Henry Selick est à la tête d'assez peu de films. Entre un L'Étrange Noël de M. Jack magnifié par le soutien de Burton, un James et la Pêche Géante assez original et un Monkeybone très peu connu, il a déjà fait preuve de la qualité de son animation. Coraline est pour moi son film le plus abouti.
En effet, dans le cas de Coraline, la qualité du stop-motion est sans égale. Tout est d'une fluidité déconcertante, si bien qu'on a vite fait d'oublier qu'on regardait de l'image par image. L'animation regorge de détails minutieux, comme les cheveux de Coraline, tous indépendants, et même ce qui est ajouté en post-prod, comme le brouillard, s'incruste très naturellement dans ce monde étrange.

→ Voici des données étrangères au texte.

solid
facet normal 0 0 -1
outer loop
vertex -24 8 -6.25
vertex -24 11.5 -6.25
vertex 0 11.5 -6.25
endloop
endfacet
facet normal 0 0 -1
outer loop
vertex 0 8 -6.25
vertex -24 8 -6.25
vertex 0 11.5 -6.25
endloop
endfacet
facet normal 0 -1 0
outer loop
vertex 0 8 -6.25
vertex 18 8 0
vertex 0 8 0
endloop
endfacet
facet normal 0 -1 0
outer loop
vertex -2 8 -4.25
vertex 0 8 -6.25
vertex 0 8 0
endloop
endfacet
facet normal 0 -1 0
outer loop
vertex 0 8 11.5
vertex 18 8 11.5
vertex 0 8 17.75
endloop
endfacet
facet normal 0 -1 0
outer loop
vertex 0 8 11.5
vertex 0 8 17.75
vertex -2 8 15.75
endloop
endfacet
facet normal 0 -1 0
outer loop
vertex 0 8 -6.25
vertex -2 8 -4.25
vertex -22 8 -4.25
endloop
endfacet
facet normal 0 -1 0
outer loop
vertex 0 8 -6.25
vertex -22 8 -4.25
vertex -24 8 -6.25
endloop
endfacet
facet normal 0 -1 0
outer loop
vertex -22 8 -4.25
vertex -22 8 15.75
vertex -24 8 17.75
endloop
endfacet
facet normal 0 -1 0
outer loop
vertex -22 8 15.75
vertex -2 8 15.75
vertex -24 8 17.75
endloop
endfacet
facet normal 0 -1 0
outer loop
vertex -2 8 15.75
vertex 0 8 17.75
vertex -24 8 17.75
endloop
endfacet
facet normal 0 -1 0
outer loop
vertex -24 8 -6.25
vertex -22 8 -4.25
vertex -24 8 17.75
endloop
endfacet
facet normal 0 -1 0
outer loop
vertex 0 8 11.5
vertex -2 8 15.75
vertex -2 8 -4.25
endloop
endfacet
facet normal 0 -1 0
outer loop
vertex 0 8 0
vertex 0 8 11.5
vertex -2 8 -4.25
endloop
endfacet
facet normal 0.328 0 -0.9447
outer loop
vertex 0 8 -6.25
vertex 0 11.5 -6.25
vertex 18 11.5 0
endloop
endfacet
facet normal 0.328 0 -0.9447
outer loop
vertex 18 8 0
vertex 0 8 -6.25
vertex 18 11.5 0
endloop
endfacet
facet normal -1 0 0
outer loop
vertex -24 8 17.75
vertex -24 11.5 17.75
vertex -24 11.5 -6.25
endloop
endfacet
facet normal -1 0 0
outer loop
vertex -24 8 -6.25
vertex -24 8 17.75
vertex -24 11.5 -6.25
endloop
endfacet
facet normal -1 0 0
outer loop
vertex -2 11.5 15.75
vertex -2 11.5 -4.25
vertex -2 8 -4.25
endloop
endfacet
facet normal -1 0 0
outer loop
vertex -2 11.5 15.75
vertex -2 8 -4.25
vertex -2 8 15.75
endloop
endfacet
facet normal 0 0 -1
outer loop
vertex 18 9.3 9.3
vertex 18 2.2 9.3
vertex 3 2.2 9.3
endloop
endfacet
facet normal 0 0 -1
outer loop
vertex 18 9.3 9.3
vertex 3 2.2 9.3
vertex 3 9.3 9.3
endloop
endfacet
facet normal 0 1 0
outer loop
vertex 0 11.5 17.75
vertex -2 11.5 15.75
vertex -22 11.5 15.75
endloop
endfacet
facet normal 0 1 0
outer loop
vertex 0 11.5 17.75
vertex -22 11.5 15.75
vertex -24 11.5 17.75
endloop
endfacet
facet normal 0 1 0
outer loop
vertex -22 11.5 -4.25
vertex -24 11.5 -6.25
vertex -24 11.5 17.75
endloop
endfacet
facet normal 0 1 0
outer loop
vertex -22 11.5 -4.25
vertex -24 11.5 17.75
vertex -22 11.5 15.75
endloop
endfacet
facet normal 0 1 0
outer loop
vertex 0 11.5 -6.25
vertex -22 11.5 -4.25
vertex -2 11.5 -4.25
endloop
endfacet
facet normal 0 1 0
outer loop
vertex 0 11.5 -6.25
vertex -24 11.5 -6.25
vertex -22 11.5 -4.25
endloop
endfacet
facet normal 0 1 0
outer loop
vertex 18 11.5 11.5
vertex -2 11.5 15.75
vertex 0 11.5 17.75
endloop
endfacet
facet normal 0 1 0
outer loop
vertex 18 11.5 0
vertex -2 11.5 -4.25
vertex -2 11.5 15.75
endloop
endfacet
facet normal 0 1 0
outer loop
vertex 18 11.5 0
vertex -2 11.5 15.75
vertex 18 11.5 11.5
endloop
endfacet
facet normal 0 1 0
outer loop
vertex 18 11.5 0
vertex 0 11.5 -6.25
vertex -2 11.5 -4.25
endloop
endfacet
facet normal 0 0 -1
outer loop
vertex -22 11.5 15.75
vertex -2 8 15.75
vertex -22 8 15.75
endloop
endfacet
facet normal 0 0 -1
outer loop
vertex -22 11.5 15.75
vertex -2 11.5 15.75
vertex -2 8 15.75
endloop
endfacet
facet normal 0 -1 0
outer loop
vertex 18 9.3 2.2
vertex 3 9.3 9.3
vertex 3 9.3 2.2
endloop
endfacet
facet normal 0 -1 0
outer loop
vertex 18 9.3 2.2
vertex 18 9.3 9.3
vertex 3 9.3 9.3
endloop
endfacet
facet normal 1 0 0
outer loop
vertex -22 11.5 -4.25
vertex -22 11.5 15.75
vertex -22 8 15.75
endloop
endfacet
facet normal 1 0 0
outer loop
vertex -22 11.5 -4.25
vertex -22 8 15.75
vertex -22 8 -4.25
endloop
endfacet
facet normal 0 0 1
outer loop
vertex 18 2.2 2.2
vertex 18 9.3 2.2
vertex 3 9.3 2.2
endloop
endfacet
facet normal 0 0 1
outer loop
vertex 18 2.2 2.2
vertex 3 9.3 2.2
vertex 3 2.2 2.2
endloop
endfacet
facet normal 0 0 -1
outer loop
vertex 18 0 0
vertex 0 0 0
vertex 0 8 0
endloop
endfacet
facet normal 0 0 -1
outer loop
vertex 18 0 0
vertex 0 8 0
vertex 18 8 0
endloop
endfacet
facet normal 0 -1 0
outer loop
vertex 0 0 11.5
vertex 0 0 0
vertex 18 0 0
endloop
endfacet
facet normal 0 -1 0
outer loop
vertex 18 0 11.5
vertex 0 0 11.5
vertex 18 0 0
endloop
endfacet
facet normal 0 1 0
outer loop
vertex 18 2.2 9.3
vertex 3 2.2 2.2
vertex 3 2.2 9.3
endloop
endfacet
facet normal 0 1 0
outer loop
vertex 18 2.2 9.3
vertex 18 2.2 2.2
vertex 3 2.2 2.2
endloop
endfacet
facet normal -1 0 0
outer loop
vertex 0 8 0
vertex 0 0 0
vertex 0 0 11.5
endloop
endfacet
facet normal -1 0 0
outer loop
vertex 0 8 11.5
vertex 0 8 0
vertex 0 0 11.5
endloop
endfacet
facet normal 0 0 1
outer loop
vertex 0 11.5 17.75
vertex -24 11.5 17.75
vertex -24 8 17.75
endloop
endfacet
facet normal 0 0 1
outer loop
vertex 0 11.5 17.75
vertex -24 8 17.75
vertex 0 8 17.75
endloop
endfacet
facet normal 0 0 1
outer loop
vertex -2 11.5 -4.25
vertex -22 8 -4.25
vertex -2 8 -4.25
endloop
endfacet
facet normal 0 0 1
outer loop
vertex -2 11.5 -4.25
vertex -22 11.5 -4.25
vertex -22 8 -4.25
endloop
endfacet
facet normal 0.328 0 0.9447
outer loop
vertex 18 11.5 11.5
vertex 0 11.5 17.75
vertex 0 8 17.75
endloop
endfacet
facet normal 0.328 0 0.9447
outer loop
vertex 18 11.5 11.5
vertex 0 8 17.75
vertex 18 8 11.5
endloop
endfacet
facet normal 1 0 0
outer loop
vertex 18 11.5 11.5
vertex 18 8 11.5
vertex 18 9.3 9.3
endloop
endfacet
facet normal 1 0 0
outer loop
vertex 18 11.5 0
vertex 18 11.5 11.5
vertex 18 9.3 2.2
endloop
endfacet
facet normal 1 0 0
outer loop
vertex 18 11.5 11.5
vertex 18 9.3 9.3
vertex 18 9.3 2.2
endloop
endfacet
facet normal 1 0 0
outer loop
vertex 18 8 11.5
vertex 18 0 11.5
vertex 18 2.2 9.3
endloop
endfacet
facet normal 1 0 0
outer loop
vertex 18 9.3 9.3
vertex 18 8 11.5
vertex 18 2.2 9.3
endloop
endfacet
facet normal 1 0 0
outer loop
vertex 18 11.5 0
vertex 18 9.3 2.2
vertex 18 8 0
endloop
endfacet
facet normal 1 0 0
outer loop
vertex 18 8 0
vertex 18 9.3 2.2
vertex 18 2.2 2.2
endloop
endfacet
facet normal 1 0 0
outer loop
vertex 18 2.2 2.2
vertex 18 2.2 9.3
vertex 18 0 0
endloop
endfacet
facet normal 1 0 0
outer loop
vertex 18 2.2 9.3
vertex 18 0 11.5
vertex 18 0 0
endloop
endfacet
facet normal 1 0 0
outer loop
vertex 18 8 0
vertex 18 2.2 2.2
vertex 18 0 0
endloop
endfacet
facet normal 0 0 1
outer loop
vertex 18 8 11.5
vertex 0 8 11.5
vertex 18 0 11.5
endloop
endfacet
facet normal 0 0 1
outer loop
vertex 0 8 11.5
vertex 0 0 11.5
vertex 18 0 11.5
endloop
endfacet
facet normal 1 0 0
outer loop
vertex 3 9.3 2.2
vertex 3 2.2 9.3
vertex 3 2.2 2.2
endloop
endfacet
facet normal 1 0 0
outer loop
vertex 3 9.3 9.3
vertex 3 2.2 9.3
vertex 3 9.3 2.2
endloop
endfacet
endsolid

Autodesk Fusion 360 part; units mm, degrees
sketch "Sketch1" plane through (0, 0, 0) normal (0, 1, 0) x (1, 0, 0)
  line L0 (0, 0) -> (0, -11.5)
  line L1 (0, -11.5) -> (18, -11.5)
  line L2 (0, 0) -> (18, 0)
  line L3 (18, -11.5) -> (18, 0)
  dimension "d1" = 11.5
  dimension "d2" = 18
  dimension "d3" = 18
extrude "Extrude1" add sketch "Sketch1" along normal blind 11.5
sketch "Sketch2" plane through (18, 0, 0) normal (1, 0, 0) x (0, 1, 0)
  line L0 (0, 11.5) -> (0, 0)
  line L1 (0, 0) -> (11.5, 0)
  line L2 (11.5, 0) -> (11.5, 11.5)
  line L3 (11.5, 11.5) -> (0, 11.5)
  line L4 (0, 11.5) -> (0, 9.3)
  line L5 (0, 9.3) -> (2.2, 9.3)
  line L6 (2.2, 9.3) -> (9.3, 9.3)
  line L7 (9.3, 9.3) -> (9.3, 2.2)
  line L8 (9.3, 2.2) -> (2.2, 2.2)
  line L9 (2.2, 2.2) -> (2.2, 9.3)
  dimension "d9" = 2.2
  dimension "d10" = 2.2
  dimension "d11" = 7.1
  dimension "d12" = 7.1
extrude "Extrude2" cut sketch "Sketch2" against normal blind 15 contours L6 L7 L8 L9
sketch "Sketch3" plane through (0, 0, 0) normal (-1, 0, 0) x (0, -1, 0)
  line L0 (0, 0) -> (0, 11.5)
  line L1 (0, 11.5) -> (-11.5, 11.5)
  line L2 (-11.5, 11.5) -> (-11.5, 0)
  line L3 (-11.5, 0) -> (0, 0)
  line L4 (-11.5, 11.5) -> (-7.25, 11.5)
  line L5 (-7.25, 11.5) -> (-7.25, 7.25)
  line L6 (-7.25, 7.25) -> (-4.25, 7.25)
  line L7 (-4.25, 7.25) -> (-4.25, 4.25)
  line L8 (-4.25, 4.25) -> (-7.25, 4.25)
  line L9 (-7.25, 4.25) -> (-7.25, 7.25)
  dimension "d15" = 4.25
  dimension "d16" = 4.25
  dimension "d17" = 3
  dimension "d18" = 3
sketch "Sketch4" plane through (0, 0, 0) normal (-1, 0, 0) x (0, -1, 0)
  line L0 (0, 0) -> (0, 11.5)
  line L1 (0, 11.5) -> (-11.5, 11.5)
  line L2 (-11.5, 11.5) -> (-11.5, 0)
  line L3 (-11.5, 0) -> (0, 0)
  line L4 (-11.5, 11.5) -> (-11.5, 7.5)
  line L5 (-11.5, 7.5) -> (0, 7.5)
  line L6 (0, 7.5) -> (0, 4)
  line L7 (0, 4) -> (-11.5, 4)
  line L8 (-11.5, 4) -> (-11.5, 7.5)
  dimension "d21" = 4
  dimension "d22" = 3.5
sketch "Sketch5" plane through (0, 0, 0) normal (0, -1, 0) x (1, 0, 0)
  line L0 (0, 11.5) -> (0, 0)
  line L1 (0, 0) -> (18, 0)
  line L2 (18, 0) -> (18, 11.5)
  line L3 (18, 11.5) -> (0, 11.5)
  line L4 (0, 11.5) -> (0, 0)
sketch "Sketch6" plane through (0, 11.5, 0) normal (0, 1, 0) x (-1, 0, 0)
  line L0 (0, 0) -> (0, 11.5)
  line L1 (0, 11.5) -> (-18, 11.5)
  line L2 (-18, 11.5) -> (-18, 0)
  line L3 (-18, 0) -> (0, 0)
  line L4 (0, 5.75) -> (24, 5.75)
  line L5 (24, 5.75) -> (24, 17.75)
  line L6 (24, 17.75) -> (0, 17.75)
  line L7 (0, 17.75) -> (0, 5.75)
  line L8 (0, 5.75) -> (-18, 5.75) construction
  line L9 (24, 5.75) -> (24, -6.25)
  line L10 (24, -6.25) -> (0, -6.25)
  line L11 (0, 5.75) -> (24, 5.75)
  line L12 (0, -6.25) -> (0, 0)
  dimension "d26" = 24
  dimension "d27" = 12
extrude "Extrude5" add sketch "Sketch6" against normal blind 3.5 contours L0 L4 L9 L10 L11 L12 | L0 L4 L5 L6 L7 L11
sketch "Sketch7" plane through (0, 11.5, 0) normal (0, 1, 0) x (-1, 0, 0)
  line L0 (0, 11.5) -> (-18, 11.5)
  line L1 (-18, 11.5) -> (-18, 0)
  line L2 (-18, 0) -> (0, 0)
  line L3 (0, 0) -> (0, -6.25)
  line L4 (0, -6.25) -> (24, -6.25)
  line L5 (24, -6.25) -> (24, 17.75)
  line L6 (24, 17.75) -> (0, 17.75)
  line L7 (0, 17.75) -> (0, 11.5)
  line L8 (24, -6.25) -> (24, -4.25)
  line L9 (24, -4.25) -> (22, -4.25)
  line L10 (22, -4.25) -> (2, -4.25)
  line L11 (2, -4.25) -> (2, 15.75)
  line L12 (2, 15.75) -> (22, 15.75)
  line L13 (22, 15.75) -> (22, -4.25)
  dimension "d30" = 2
  dimension "d31" = 2
  dimension "d32" = 20
  dimension "d33" = 20
extrude "Extrude6" cut sketch "Sketch7" against normal blind 5 contours L10 L11 L12 L13
sketch "Sketch8" plane through (0, 0, 0) normal (1, 0, 0) x (0, 1, 0)
sketch "Sketch9" plane through (0, 11.5, 0) normal (0, 1, 0) x (-1, 0, 0)
  line L0 (2, -4.25) -> (2, 15.75)
  line L1 (2, 15.75) -> (22, 15.75)
  line L2 (22, 15.75) -> (22, -4.25)
  line L3 (22, -4.25) -> (2, -4.25)
  line L4 (0, 11.5) -> (-18, 11.5)
  line L5 (-18, 11.5) -> (-18, 0)
  line L6 (-18, 0) -> (0, 0)
  line L7 (0, 0) -> (0, -6.25)
  line L8 (0, -6.25) -> (24, -6.25)
  line L9 (24, -6.25) -> (24, 17.75)
  line L10 (24, 17.75) -> (0, 17.75)
  line L11 (0, 17.75) -> (0, 11.5)
  line L12 (0, -6.25) -> (-18, 0)
  line L13 (0, 17.75) -> (-18, 11.5)
extrude "Extrude7" add sketch "Sketch9" against normal blind 3.5 contours L4 L11 L13 | L6 L7 L12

Car oui, lorsque Coraline pénètre par la petite porte, telle Alice, c'est dans un univers bien étrange et fantasmé qu'elle se retrouve. Cet Autre Monde est semblable à la vraie vie, mais bien plus beau en apparence, plus coloré, plus agréable et amélioré. Mais ceux qui diront que c'est trop beau pour être vrai auraient bien raison.
La curiosité est un vilain défaut, et c'est elle, ainsi que son rêve d'idéal, qui pousse Coraline à retourner dans l'Autre Monde. Il y a d'ailleurs, dans cette apparence exaltée, quelque chose de l'ordre de la tentation, qui évoque quelque chose de diabolique.

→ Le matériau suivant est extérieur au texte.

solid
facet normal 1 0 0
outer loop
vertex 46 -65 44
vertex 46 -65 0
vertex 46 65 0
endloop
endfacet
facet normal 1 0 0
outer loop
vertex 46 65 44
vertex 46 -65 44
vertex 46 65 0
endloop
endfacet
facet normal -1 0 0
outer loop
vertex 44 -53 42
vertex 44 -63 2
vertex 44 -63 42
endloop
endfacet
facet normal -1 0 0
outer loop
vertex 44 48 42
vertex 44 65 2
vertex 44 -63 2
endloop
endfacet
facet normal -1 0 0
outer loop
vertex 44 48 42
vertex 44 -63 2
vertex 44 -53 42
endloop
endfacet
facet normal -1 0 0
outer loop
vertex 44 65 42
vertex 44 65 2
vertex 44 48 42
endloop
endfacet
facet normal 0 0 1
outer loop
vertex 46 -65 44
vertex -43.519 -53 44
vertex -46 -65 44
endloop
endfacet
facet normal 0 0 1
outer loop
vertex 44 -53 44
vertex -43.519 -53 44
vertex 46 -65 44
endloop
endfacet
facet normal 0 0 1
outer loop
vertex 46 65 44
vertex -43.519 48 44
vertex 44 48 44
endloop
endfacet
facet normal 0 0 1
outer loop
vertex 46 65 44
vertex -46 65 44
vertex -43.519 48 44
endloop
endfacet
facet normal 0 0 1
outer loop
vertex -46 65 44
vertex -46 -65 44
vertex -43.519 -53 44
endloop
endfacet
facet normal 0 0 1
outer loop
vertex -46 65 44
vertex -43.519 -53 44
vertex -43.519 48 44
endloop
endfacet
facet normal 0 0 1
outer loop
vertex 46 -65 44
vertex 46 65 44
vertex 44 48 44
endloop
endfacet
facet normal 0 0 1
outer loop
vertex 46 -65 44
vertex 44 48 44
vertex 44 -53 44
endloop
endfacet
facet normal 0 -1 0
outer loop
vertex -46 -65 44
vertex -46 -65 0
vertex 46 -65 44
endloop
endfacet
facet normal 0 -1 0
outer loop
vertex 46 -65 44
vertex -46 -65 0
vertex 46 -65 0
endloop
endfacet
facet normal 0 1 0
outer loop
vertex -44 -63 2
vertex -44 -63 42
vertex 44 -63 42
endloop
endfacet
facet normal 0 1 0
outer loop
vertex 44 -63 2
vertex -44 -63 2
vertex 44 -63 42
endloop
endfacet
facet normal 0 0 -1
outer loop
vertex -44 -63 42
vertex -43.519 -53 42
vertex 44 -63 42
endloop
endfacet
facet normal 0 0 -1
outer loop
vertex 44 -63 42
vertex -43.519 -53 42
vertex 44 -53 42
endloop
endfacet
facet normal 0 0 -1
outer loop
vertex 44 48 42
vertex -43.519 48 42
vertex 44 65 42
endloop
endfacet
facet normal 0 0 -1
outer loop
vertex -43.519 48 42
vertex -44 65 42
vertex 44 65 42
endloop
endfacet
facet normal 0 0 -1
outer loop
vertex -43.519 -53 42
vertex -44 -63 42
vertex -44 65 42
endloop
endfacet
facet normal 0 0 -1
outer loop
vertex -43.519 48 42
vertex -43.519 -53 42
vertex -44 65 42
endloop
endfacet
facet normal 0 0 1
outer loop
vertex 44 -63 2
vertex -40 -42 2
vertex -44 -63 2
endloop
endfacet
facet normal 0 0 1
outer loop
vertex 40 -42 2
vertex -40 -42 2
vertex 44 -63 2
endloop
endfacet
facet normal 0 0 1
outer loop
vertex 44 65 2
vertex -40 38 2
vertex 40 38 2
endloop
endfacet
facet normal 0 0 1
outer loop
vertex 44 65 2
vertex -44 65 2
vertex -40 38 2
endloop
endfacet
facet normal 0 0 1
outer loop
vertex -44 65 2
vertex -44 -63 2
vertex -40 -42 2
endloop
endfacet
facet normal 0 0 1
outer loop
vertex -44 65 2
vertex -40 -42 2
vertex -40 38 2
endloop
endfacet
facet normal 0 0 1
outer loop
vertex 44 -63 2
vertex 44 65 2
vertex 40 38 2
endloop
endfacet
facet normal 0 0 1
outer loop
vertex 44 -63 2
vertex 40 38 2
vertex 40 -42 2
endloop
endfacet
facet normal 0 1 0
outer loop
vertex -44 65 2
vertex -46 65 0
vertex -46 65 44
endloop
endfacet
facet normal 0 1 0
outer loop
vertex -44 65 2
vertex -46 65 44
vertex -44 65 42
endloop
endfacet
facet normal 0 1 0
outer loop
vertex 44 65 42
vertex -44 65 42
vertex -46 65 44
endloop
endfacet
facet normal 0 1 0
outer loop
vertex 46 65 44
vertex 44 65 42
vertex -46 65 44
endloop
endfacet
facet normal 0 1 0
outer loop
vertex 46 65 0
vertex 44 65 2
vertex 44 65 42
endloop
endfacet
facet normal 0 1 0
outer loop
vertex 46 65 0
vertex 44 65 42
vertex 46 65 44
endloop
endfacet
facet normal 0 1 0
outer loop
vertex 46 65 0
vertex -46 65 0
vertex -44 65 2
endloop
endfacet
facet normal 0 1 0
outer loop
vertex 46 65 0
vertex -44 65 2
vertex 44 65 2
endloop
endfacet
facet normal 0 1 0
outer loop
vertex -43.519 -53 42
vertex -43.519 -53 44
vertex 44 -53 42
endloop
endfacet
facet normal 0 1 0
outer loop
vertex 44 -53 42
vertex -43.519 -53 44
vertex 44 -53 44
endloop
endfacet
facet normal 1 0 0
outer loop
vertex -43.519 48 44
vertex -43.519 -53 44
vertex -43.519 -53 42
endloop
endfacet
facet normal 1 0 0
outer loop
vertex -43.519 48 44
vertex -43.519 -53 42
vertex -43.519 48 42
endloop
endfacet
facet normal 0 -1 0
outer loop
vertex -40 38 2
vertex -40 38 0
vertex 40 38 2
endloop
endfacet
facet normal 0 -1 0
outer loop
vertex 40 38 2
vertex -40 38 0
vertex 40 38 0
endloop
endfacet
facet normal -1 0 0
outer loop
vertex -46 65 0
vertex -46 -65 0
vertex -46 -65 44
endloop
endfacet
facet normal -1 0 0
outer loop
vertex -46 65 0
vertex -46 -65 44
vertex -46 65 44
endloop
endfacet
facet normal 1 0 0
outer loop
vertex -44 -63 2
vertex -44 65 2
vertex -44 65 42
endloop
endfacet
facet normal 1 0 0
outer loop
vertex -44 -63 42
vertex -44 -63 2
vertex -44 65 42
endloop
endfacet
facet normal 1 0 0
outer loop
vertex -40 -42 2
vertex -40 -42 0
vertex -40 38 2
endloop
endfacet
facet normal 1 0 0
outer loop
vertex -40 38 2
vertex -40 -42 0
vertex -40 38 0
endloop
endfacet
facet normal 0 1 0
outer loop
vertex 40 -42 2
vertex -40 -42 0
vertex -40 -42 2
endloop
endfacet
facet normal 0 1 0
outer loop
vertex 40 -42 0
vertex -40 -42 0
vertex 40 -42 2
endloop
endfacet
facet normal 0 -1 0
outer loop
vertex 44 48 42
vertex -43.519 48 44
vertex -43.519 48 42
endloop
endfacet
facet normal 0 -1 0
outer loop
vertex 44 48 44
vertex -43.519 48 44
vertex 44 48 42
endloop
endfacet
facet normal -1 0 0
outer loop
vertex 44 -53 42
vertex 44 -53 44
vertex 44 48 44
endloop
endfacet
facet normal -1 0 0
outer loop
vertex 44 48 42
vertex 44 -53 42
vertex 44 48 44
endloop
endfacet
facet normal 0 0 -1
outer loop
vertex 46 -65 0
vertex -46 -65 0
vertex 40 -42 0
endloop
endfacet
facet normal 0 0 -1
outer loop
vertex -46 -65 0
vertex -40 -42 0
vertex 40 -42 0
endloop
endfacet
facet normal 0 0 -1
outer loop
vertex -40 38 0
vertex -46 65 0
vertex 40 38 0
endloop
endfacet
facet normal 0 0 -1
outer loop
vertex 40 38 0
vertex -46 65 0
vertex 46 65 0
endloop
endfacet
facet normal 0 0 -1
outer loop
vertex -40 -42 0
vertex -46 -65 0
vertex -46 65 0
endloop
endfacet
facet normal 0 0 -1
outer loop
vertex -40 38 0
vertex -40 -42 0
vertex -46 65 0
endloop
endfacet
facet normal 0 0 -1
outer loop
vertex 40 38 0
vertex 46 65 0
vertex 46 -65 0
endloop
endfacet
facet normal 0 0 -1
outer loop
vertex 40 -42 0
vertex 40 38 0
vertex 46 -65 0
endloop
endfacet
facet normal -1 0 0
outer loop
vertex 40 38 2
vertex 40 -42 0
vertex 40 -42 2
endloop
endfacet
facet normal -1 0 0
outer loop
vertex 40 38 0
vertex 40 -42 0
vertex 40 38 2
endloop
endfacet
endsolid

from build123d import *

# Parameters (mm, degrees)
SKETCH_W        = 92
SKETCH_H        = 130
PAD_DEPTH       = 44
SKETCH001_W     = 88
SKETCH001_H     = 126
POCKET_DEPTH    = 40
SKETCH002_W     = 87.518665
SKETCH002_H     = 101
POCKET001_DEPTH = 2
SKETCH004_W     = 80
SKETCH004_H     = 80
POCKET003_DEPTH = 2
SKETCH005_W     = 88
SKETCH005_H     = 40
POCKET004_DEPTH = 2


with BuildPart() as part:
    # Sketch → Pad (new body)
    with BuildSketch(Plane.XY):
        Rectangle(SKETCH_W, SKETCH_H)
    extrude(amount=PAD_DEPTH)

    # Sketch001 → Pocket (cut)
    with BuildSketch(Plane.XY.offset(42)):
        Rectangle(SKETCH001_W, SKETCH001_H)
    extrude(amount=-POCKET_DEPTH, mode=Mode.SUBTRACT)

    # Sketch002 → Pocket001 (cut)
    with BuildSketch(Plane.XY.offset(44)):
        with Locations((0.240668, -2.5)):
            Rectangle(SKETCH002_W, SKETCH002_H)
    extrude(amount=-POCKET001_DEPTH, mode=Mode.SUBTRACT)

    # Sketch004 → Pocket003 (cut)
    with BuildSketch(Plane.XY):
        with Locations((0, -2)):
            Rectangle(SKETCH004_W, SKETCH004_H)
    extrude(amount=POCKET003_DEPTH, mode=Mode.SUBTRACT)

    # Sketch005 → Pocket004 (cut)
    with BuildSketch(Plane.XZ.offset(-65)):
        with Locations((0, 22)):
            Rectangle(SKETCH005_W, SKETCH005_H)
    extrude(amount=POCKET004_DEPTH, mode=Mode.SUBTRACT)


solid = part.part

Dès lors, Coraline doit déjouer les manigances de l'Autre Mère, en se montrant courageuse, intelligente, mais surtout maline. Contrairement à un autre grand film en stop-motion sorti avec quelques mois d'intervalles, Mary et Max., Coraline est plus dans la sensation forte que dans l'émotion. La dernière partie est particulièrement haletante, voire anxiogène, même pour un adulte.
Mais Coraline n'est pas seulement un film palpitant ; il fait également preuve d'une certaine profondeur dans les thématiques qu'il aborde : en proposant à l'enfant de faire un choix entre la réalité et l'idéal, Coraline pourrait bien représenter le passage à l'âge adulte. L'importance de la place de la femme est également notoire dans ce film : tous les rôles les plus importants sont féminins (à part éventuellement Wybie, qui n'est pas présent dans le livre original). De plus, le film propose diverses facettes de la femme : la protectrice (les deux grand-mères, qui avertissent et aident Coraline), la manipulatrice (l'Autre Mère), et l'émancipée (Coraline).
Coraline nous invite à une évasion singulière dans un monde hallucinatoire et illusoire, un traquenard magnifique qui nous renvoie à notre vulnérabilité enfantine. L'introduction - dont l'accompagnement musical mystérieux de Bruno Coulais n'est pas sans évoquer l'univers fantastique de Danny Elfman - offre un bon aperçu de ce monde à la fois rêveur et malsain, avec ses dissections, empaillages et opérations diverses.